Stored items:
▼

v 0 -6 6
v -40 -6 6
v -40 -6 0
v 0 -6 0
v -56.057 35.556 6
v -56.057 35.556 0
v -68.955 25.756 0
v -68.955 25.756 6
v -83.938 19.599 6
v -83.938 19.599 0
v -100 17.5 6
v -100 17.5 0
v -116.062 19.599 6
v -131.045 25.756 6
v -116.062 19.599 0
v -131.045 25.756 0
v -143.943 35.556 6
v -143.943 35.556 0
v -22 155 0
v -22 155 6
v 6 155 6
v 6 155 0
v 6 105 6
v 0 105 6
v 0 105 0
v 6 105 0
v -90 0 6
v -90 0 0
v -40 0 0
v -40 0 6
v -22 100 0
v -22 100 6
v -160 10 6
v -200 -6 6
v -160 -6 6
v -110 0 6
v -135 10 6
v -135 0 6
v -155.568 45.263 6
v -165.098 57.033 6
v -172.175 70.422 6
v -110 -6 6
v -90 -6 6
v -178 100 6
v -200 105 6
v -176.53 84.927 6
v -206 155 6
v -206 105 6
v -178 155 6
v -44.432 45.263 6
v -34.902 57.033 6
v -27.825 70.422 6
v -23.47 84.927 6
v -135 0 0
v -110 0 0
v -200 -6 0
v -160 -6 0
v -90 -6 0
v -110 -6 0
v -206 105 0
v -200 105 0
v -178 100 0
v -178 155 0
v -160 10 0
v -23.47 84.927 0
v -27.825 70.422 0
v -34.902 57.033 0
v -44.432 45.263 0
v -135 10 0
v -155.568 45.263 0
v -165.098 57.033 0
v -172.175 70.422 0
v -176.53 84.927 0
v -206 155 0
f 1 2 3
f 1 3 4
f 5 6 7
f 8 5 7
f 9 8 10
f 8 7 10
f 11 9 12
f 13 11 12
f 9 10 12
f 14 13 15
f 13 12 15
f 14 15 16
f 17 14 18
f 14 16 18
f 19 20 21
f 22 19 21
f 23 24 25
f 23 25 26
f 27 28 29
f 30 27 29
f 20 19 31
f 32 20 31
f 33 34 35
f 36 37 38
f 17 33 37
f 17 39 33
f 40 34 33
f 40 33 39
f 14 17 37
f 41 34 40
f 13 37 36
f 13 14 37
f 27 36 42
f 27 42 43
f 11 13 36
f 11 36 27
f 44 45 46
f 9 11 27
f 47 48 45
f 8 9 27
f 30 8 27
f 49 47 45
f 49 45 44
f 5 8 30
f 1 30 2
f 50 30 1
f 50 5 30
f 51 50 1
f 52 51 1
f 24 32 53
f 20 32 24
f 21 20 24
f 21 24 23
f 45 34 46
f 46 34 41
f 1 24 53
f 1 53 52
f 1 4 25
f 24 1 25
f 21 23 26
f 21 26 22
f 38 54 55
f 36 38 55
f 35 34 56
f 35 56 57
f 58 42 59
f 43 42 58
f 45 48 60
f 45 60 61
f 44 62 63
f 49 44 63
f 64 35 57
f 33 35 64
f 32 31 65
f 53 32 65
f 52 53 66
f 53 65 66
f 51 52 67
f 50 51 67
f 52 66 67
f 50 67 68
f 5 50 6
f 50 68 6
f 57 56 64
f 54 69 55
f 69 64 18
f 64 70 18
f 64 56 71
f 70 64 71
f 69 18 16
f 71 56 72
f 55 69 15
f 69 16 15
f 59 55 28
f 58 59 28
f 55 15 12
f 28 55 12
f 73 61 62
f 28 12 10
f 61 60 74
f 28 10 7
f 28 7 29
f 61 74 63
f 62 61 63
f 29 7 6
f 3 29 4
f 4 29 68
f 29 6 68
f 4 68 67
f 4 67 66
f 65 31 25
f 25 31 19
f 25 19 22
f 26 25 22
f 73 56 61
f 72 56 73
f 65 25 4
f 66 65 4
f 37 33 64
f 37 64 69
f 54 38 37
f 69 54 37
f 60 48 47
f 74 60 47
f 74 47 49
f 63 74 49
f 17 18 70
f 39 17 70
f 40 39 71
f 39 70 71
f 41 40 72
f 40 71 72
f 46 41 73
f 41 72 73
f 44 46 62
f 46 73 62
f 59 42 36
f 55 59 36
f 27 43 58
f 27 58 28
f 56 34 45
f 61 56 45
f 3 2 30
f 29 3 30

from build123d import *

# Parameters (mm, degrees)
BOSS_EXTRUDE1_DEPTH = 6
SKETCH3_W           = 6
SKETCH3_H           = 50
BOSS_EXTRUDE2_DEPTH = 6
LPATTERN1_COUNT     = 2
LPATTERN1_PITCH     = 206
SKETCH4_W           = 40
SKETCH4_H           = 6
SKETCH4_W_2         = 20
BOSS_EXTRUDE3_DEPTH = 6
SKETCH5_W           = 25
SKETCH5_H           = 10
CUT_EXTRUDE1_DEPTH  = 10


with BuildPart() as part:
    # Sketch1 → Boss-Extrude1 (new body)
    with BuildSketch(Plane.XY):
        with BuildLine():
            Line((-178, 100), (-178, 155))
            Line((-178, 155), (-200, 155))
            Line((-200, 155), (-200, 0))
            Line((-200, 0), (0, 0))
            Line((0, 0), (0, 155))
            Line((0, 155), (-22, 155))
            Line((-22, 155), (-22, 100))
            ThreePointArc((-22, 100), (-31.037807258, 63.555302549), (-56.056819802, 35.55625))
            ThreePointArc((-56.056819802, 35.55625), (-100, 17.5), (-143.943180198, 35.55625))
            ThreePointArc((-143.943180198, 35.55625), (-168.962192742, 63.555302549), (-178, 100))
        make_face()
    extrude(amount=BOSS_EXTRUDE1_DEPTH)

    # Sketch3 → Boss-Extrude2 (add)
    with BuildSketch(Plane.XY.offset(6)):
        with Locations((-203, 130)):
            Rectangle(SKETCH3_W, SKETCH3_H)
    boss_extrude2 = extrude(amount=-BOSS_EXTRUDE2_DEPTH)

    # LPattern1: Boss-Extrude2 ×2
    with Locations(*[(i * LPATTERN1_PITCH, 0, 0) for i in range(1, LPATTERN1_COUNT)]):
        add(boss_extrude2)

    # Sketch4 → Boss-Extrude3 (add)
    with BuildSketch(Plane.XY.offset(6)):
        with Locations((-180, -3)):
            Rectangle(SKETCH4_W, SKETCH4_H)
        with Locations((-100, -3)):
            Rectangle(SKETCH4_W_2, SKETCH4_H)
        with Locations((-20, -3)):
            Rectangle(SKETCH4_W, SKETCH4_H)
    extrude(amount=-BOSS_EXTRUDE3_DEPTH)

    # Sketch5 → Cut-Extrude1 (cut)
    with BuildSketch(Plane.XY.offset(6)):
        with Locations((-147.5, 5)):
            Rectangle(SKETCH5_W, SKETCH5_H)
    extrude(amount=-CUT_EXTRUDE1_DEPTH, mode=Mode.SUBTRACT)


solid = part.part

▲

_Instructions to follow_. All of the lines above need to be given again exactly.

_The answer_.
v 0 -6 6
v -40 -6 6
v -40 -6 0
v 0 -6 0
v -56.057 35.556 6
v -56.057 35.556 0
v -68.955 25.756 0
v -68.955 25.756 6
v -83.938 19.599 6
v -83.938 19.599 0
v -100 17.5 6
v -100 17.5 0
v -116.062 19.599 6
v -131.045 25.756 6
v -116.062 19.599 0
v -131.045 25.756 0
v -143.943 35.556 6
v -143.943 35.556 0
v -22 155 0
v -22 155 6
v 6 155 6
v 6 155 0
v 6 105 6
v 0 105 6
v 0 105 0
v 6 105 0
v -90 0 6
v -90 0 0
v -40 0 0
v -40 0 6
v -22 100 0
v -22 100 6
v -160 10 6
v -200 -6 6
v -160 -6 6
v -110 0 6
v -135 10 6
v -135 0 6
v -155.568 45.263 6
v -165.098 57.033 6
v -172.175 70.422 6
v -110 -6 6
v -90 -6 6
v -178 100 6
v -200 105 6
v -176.53 84.927 6
v -206 155 6
v -206 105 6
v -178 155 6
v -44.432 45.263 6
v -34.902 57.033 6
v -27.825 70.422 6
v -23.47 84.927 6
v -135 0 0
v -110 0 0
v -200 -6 0
v -160 -6 0
v -90 -6 0
v -110 -6 0
v -206 105 0
v -200 105 0
v -178 100 0
v -178 155 0
v -160 10 0
v -23.47 84.927 0
v -27.825 70.422 0
v -34.902 57.033 0
v -44.432 45.263 0
v -135 10 0
v -155.568 45.263 0
v -165.098 57.033 0
v -172.175 70.422 0
v -176.53 84.927 0
v -206 155 0
f 1 2 3
f 1 3 4
f 5 6 7
f 8 5 7
f 9 8 10
f 8 7 10
f 11 9 12
f 13 11 12
f 9 10 12
f 14 13 15
f 13 12 15
f 14 15 16
f 17 14 18
f 14 16 18
f 19 20 21
f 22 19 21
f 23 24 25
f 23 25 26
f 27 28 29
f 30 27 29
f 20 19 31
f 32 20 31
f 33 34 35
f 36 37 38
f 17 33 37
f 17 39 33
f 40 34 33
f 40 33 39
f 14 17 37
f 41 34 40
f 13 37 36
f 13 14 37
f 27 36 42
f 27 42 43
f 11 13 36
f 11 36 27
f 44 45 46
f 9 11 27
f 47 48 45
f 8 9 27
f 30 8 27
f 49 47 45
f 49 45 44
f 5 8 30
f 1 30 2
f 50 30 1
f 50 5 30
f 51 50 1
f 52 51 1
f 24 32 53
f 20 32 24
f 21 20 24
f 21 24 23
f 45 34 46
f 46 34 41
f 1 24 53
f 1 53 52
f 1 4 25
f 24 1 25
f 21 23 26
f 21 26 22
f 38 54 55
f 36 38 55
f 35 34 56
f 35 56 57
f 58 42 59
f 43 42 58
f 45 48 60
f 45 60 61
f 44 62 63
f 49 44 63
f 64 35 57
f 33 35 64
f 32 31 65
f 53 32 65
f 52 53 66
f 53 65 66
f 51 52 67
f 50 51 67
f 52 66 67
f 50 67 68
f 5 50 6
f 50 68 6
f 57 56 64
f 54 69 55
f 69 64 18
f 64 70 18
f 64 56 71
f 70 64 71
f 69 18 16
f 71 56 72
f 55 69 15
f 69 16 15
f 59 55 28
f 58 59 28
f 55 15 12
f 28 55 12
f 73 61 62
f 28 12 10
f 61 60 74
f 28 10 7
f 28 7 29
f 61 74 63
f 62 61 63
f 29 7 6
f 3 29 4
f 4 29 68
f 29 6 68
f 4 68 67
f 4 67 66
f 65 31 25
f 25 31 19
f 25 19 22
f 26 25 22
f 73 56 61
f 72 56 73
f 65 25 4
f 66 65 4
f 37 33 64
f 37 64 69
f 54 38 37
f 69 54 37
f 60 48 47
f 74 60 47
f 74 47 49
f 63 74 49
f 17 18 70
f 39 17 70
f 40 39 71
f 39 70 71
f 41 40 72
f 40 71 72
f 46 41 73
f 41 72 73
f 44 46 62
f 46 73 62
f 59 42 36
f 55 59 36
f 27 43 58
f 27 58 28
f 56 34 45
f 61 56 45
f 3 2 30
f 29 3 30

from build123d import *

# Parameters (mm, degrees)
BOSS_EXTRUDE1_DEPTH = 6
SKETCH3_W           = 6
SKETCH3_H           = 50
BOSS_EXTRUDE2_DEPTH = 6
LPATTERN1_COUNT     = 2
LPATTERN1_PITCH     = 206
SKETCH4_W           = 40
SKETCH4_H           = 6
SKETCH4_W_2         = 20
BOSS_EXTRUDE3_DEPTH = 6
SKETCH5_W           = 25
SKETCH5_H           = 10
CUT_EXTRUDE1_DEPTH  = 10


with BuildPart() as part:
    # Sketch1 → Boss-Extrude1 (new body)
    with BuildSketch(Plane.XY):
        with BuildLine():
            Line((-178, 100), (-178, 155))
            Line((-178, 155), (-200, 155))
            Line((-200, 155), (-200, 0))
            Line((-200, 0), (0, 0))
            Line((0, 0), (0, 155))
            Line((0, 155), (-22, 155))
            Line((-22, 155), (-22, 100))
            ThreePointArc((-22, 100), (-31.037807258, 63.555302549), (-56.056819802, 35.55625))
            ThreePointArc((-56.056819802, 35.55625), (-100, 17.5), (-143.943180198, 35.55625))
            ThreePointArc((-143.943180198, 35.55625), (-168.962192742, 63.555302549), (-178, 100))
        make_face()
    extrude(amount=BOSS_EXTRUDE1_DEPTH)

    # Sketch3 → Boss-Extrude2 (add)
    with BuildSketch(Plane.XY.offset(6)):
        with Locations((-203, 130)):
            Rectangle(SKETCH3_W, SKETCH3_H)
    boss_extrude2 = extrude(amount=-BOSS_EXTRUDE2_DEPTH)

    # LPattern1: Boss-Extrude2 ×2
    with Locations(*[(i * LPATTERN1_PITCH, 0, 0) for i in range(1, LPATTERN1_COUNT)]):
        add(boss_extrude2)

    # Sketch4 → Boss-Extrude3 (add)
    with BuildSketch(Plane.XY.offset(6)):
        with Locations((-180, -3)):
            Rectangle(SKETCH4_W, SKETCH4_H)
        with Locations((-100, -3)):
            Rectangle(SKETCH4_W_2, SKETCH4_H)
        with Locations((-20, -3)):
            Rectangle(SKETCH4_W, SKETCH4_H)
    extrude(amount=-BOSS_EXTRUDE3_DEPTH)

    # Sketch5 → Cut-Extrude1 (cut)
    with BuildSketch(Plane.XY.offset(6)):
        with Locations((-147.5, 5)):
            Rectangle(SKETCH5_W, SKETCH5_H)
    extrude(amount=-CUT_EXTRUDE1_DEPTH, mode=Mode.SUBTRACT)


solid = part.part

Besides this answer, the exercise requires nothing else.